*Work order*: This task calls for printing every entry exactly.

___ Excerpted data ___

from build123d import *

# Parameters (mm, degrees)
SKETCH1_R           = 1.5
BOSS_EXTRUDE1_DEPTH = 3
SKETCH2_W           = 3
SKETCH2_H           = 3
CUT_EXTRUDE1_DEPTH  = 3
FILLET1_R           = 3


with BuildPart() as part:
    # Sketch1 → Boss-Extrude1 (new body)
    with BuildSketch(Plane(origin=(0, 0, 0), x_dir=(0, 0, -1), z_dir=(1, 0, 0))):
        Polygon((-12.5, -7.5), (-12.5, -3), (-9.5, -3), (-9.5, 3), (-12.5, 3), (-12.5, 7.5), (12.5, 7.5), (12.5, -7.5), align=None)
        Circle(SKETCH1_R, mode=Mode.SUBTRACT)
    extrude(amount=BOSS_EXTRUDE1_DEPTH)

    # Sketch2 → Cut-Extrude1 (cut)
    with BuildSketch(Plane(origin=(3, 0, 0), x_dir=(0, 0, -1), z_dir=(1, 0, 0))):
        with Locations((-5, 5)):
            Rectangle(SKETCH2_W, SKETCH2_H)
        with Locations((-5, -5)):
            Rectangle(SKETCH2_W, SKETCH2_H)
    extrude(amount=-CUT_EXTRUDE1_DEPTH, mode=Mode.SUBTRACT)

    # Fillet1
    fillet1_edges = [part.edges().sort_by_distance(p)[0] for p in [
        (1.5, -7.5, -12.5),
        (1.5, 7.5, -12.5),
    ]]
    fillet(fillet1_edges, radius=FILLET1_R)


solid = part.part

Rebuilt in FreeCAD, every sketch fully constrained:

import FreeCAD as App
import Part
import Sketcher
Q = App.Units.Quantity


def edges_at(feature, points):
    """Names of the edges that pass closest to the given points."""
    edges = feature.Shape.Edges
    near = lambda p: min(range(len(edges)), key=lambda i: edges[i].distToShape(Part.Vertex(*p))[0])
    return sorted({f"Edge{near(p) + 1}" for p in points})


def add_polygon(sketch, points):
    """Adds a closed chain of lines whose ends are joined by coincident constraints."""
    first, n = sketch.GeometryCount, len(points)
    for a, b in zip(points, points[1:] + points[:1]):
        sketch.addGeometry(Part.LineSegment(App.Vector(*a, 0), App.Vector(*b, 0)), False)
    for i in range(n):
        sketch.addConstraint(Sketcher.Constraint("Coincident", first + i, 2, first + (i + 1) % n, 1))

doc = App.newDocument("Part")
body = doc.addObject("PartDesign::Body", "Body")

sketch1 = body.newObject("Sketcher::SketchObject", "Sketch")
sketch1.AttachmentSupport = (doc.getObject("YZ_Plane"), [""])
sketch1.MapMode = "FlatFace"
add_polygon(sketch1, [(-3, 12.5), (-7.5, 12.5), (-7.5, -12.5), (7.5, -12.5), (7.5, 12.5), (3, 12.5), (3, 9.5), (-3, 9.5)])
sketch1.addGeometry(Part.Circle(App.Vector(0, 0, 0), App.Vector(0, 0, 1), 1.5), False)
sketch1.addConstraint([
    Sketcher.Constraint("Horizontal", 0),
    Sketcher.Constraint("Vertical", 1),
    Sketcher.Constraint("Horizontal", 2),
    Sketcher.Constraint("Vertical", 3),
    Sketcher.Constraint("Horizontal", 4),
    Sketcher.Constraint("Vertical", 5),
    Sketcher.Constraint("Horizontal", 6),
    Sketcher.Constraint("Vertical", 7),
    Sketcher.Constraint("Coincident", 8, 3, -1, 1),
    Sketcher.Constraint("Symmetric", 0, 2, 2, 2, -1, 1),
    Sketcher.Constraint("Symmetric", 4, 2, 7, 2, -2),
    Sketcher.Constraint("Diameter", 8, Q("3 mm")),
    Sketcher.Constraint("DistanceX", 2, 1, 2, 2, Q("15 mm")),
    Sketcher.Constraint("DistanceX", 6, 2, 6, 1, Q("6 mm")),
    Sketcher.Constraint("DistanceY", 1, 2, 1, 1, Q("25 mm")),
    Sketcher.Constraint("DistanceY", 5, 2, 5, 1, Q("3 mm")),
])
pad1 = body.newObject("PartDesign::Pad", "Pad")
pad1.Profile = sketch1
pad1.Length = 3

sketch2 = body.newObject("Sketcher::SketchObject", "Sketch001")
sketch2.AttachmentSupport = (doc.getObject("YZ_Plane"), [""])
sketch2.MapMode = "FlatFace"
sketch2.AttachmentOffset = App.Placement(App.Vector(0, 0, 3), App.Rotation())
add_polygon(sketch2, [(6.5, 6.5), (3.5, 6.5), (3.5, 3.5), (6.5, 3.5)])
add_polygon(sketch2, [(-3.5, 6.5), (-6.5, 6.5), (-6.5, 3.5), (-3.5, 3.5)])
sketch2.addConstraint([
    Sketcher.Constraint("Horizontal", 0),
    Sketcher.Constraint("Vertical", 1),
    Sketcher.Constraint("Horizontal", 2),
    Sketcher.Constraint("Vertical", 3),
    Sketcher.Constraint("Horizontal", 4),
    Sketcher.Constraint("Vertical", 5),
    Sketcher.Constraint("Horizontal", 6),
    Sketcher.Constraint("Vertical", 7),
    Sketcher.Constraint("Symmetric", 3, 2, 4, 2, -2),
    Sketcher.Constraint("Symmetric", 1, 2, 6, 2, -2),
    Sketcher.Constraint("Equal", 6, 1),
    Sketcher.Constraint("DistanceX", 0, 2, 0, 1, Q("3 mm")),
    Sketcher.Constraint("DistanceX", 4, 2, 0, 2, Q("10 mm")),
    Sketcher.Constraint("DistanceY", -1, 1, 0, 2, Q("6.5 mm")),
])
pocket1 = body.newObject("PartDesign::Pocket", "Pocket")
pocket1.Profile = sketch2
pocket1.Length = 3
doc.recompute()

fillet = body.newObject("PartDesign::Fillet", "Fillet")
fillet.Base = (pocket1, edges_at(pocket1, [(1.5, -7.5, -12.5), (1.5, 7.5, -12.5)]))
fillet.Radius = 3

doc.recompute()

___

*Result for this task*:
from build123d import *

# Parameters (mm, degrees)
SKETCH1_R           = 1.5
BOSS_EXTRUDE1_DEPTH = 3
SKETCH2_W           = 3
SKETCH2_H           = 3
CUT_EXTRUDE1_DEPTH  = 3
FILLET1_R           = 3


with BuildPart() as part:
    # Sketch1 → Boss-Extrude1 (new body)
    with BuildSketch(Plane(origin=(0, 0, 0), x_dir=(0, 0, -1), z_dir=(1, 0, 0))):
        Polygon((-12.5, -7.5), (-12.5, -3), (-9.5, -3), (-9.5, 3), (-12.5, 3), (-12.5, 7.5), (12.5, 7.5), (12.5, -7.5), align=None)
        Circle(SKETCH1_R, mode=Mode.SUBTRACT)
    extrude(amount=BOSS_EXTRUDE1_DEPTH)

    # Sketch2 → Cut-Extrude1 (cut)
    with BuildSketch(Plane(origin=(3, 0, 0), x_dir=(0, 0, -1), z_dir=(1, 0, 0))):
        with Locations((-5, 5)):
            Rectangle(SKETCH2_W, SKETCH2_H)
        with Locations((-5, -5)):
            Rectangle(SKETCH2_W, SKETCH2_H)
    extrude(amount=-CUT_EXTRUDE1_DEPTH, mode=Mode.SUBTRACT)

    # Fillet1
    fillet1_edges = [part.edges().sort_by_distance(p)[0] for p in [
        (1.5, -7.5, -12.5),
        (1.5, 7.5, -12.5),
    ]]
    fillet(fillet1_edges, radius=FILLET1_R)


solid = part.part

Rebuilt in FreeCAD, every sketch fully constrained:

import FreeCAD as App
import Part
import Sketcher
Q = App.Units.Quantity


def edges_at(feature, points):
    """Names of the edges that pass closest to the given points."""
    edges = feature.Shape.Edges
    near = lambda p: min(range(len(edges)), key=lambda i: edges[i].distToShape(Part.Vertex(*p))[0])
    return sorted({f"Edge{near(p) + 1}" for p in points})


def add_polygon(sketch, points):
    """Adds a closed chain of lines whose ends are joined by coincident constraints."""
    first, n = sketch.GeometryCount, len(points)
    for a, b in zip(points, points[1:] + points[:1]):
        sketch.addGeometry(Part.LineSegment(App.Vector(*a, 0), App.Vector(*b, 0)), False)
    for i in range(n):
        sketch.addConstraint(Sketcher.Constraint("Coincident", first + i, 2, first + (i + 1) % n, 1))

doc = App.newDocument("Part")
body = doc.addObject("PartDesign::Body", "Body")

sketch1 = body.newObject("Sketcher::SketchObject", "Sketch")
sketch1.AttachmentSupport = (doc.getObject("YZ_Plane"), [""])
sketch1.MapMode = "FlatFace"
add_polygon(sketch1, [(-3, 12.5), (-7.5, 12.5), (-7.5, -12.5), (7.5, -12.5), (7.5, 12.5), (3, 12.5), (3, 9.5), (-3, 9.5)])
sketch1.addGeometry(Part.Circle(App.Vector(0, 0, 0), App.Vector(0, 0, 1), 1.5), False)
sketch1.addConstraint([
    Sketcher.Constraint("Horizontal", 0),
    Sketcher.Constraint("Vertical", 1),
    Sketcher.Constraint("Horizontal", 2),
    Sketcher.Constraint("Vertical", 3),
    Sketcher.Constraint("Horizontal", 4),
    Sketcher.Constraint("Vertical", 5),
    Sketcher.Constraint("Horizontal", 6),
    Sketcher.Constraint("Vertical", 7),
    Sketcher.Constraint("Coincident", 8, 3, -1, 1),
    Sketcher.Constraint("Symmetric", 0, 2, 2, 2, -1, 1),
    Sketcher.Constraint("Symmetric", 4, 2, 7, 2, -2),
    Sketcher.Constraint("Diameter", 8, Q("3 mm")),
    Sketcher.Constraint("DistanceX", 2, 1, 2, 2, Q("15 mm")),
    Sketcher.Constraint("DistanceX", 6, 2, 6, 1, Q("6 mm")),
    Sketcher.Constraint("DistanceY", 1, 2, 1, 1, Q("25 mm")),
    Sketcher.Constraint("DistanceY", 5, 2, 5, 1, Q("3 mm")),
])
pad1 = body.newObject("PartDesign::Pad", "Pad")
pad1.Profile = sketch1
pad1.Length = 3

sketch2 = body.newObject("Sketcher::SketchObject", "Sketch001")
sketch2.AttachmentSupport = (doc.getObject("YZ_Plane"), [""])
sketch2.MapMode = "FlatFace"
sketch2.AttachmentOffset = App.Placement(App.Vector(0, 0, 3), App.Rotation())
add_polygon(sketch2, [(6.5, 6.5), (3.5, 6.5), (3.5, 3.5), (6.5, 3.5)])
add_polygon(sketch2, [(-3.5, 6.5), (-6.5, 6.5), (-6.5, 3.5), (-3.5, 3.5)])
sketch2.addConstraint([
    Sketcher.Constraint("Horizontal", 0),
    Sketcher.Constraint("Vertical", 1),
    Sketcher.Constraint("Horizontal", 2),
    Sketcher.Constraint("Vertical", 3),
    Sketcher.Constraint("Horizontal", 4),
    Sketcher.Constraint("Vertical", 5),
    Sketcher.Constraint("Horizontal", 6),
    Sketcher.Constraint("Vertical", 7),
    Sketcher.Constraint("Symmetric", 3, 2, 4, 2, -2),
    Sketcher.Constraint("Symmetric", 1, 2, 6, 2, -2),
    Sketcher.Constraint("Equal", 6, 1),
    Sketcher.Constraint("DistanceX", 0, 2, 0, 1, Q("3 mm")),
    Sketcher.Constraint("DistanceX", 4, 2, 0, 2, Q("10 mm")),
    Sketcher.Constraint("DistanceY", -1, 1, 0, 2, Q("6.5 mm")),
])
pocket1 = body.newObject("PartDesign::Pocket", "Pocket")
pocket1.Profile = sketch2
pocket1.Length = 3
doc.recompute()

fillet = body.newObject("PartDesign::Fillet", "Fillet")
fillet.Base = (pocket1, edges_at(pocket1, [(1.5, -7.5, -12.5), (1.5, 7.5, -12.5)]))
fillet.Radius = 3

doc.recompute()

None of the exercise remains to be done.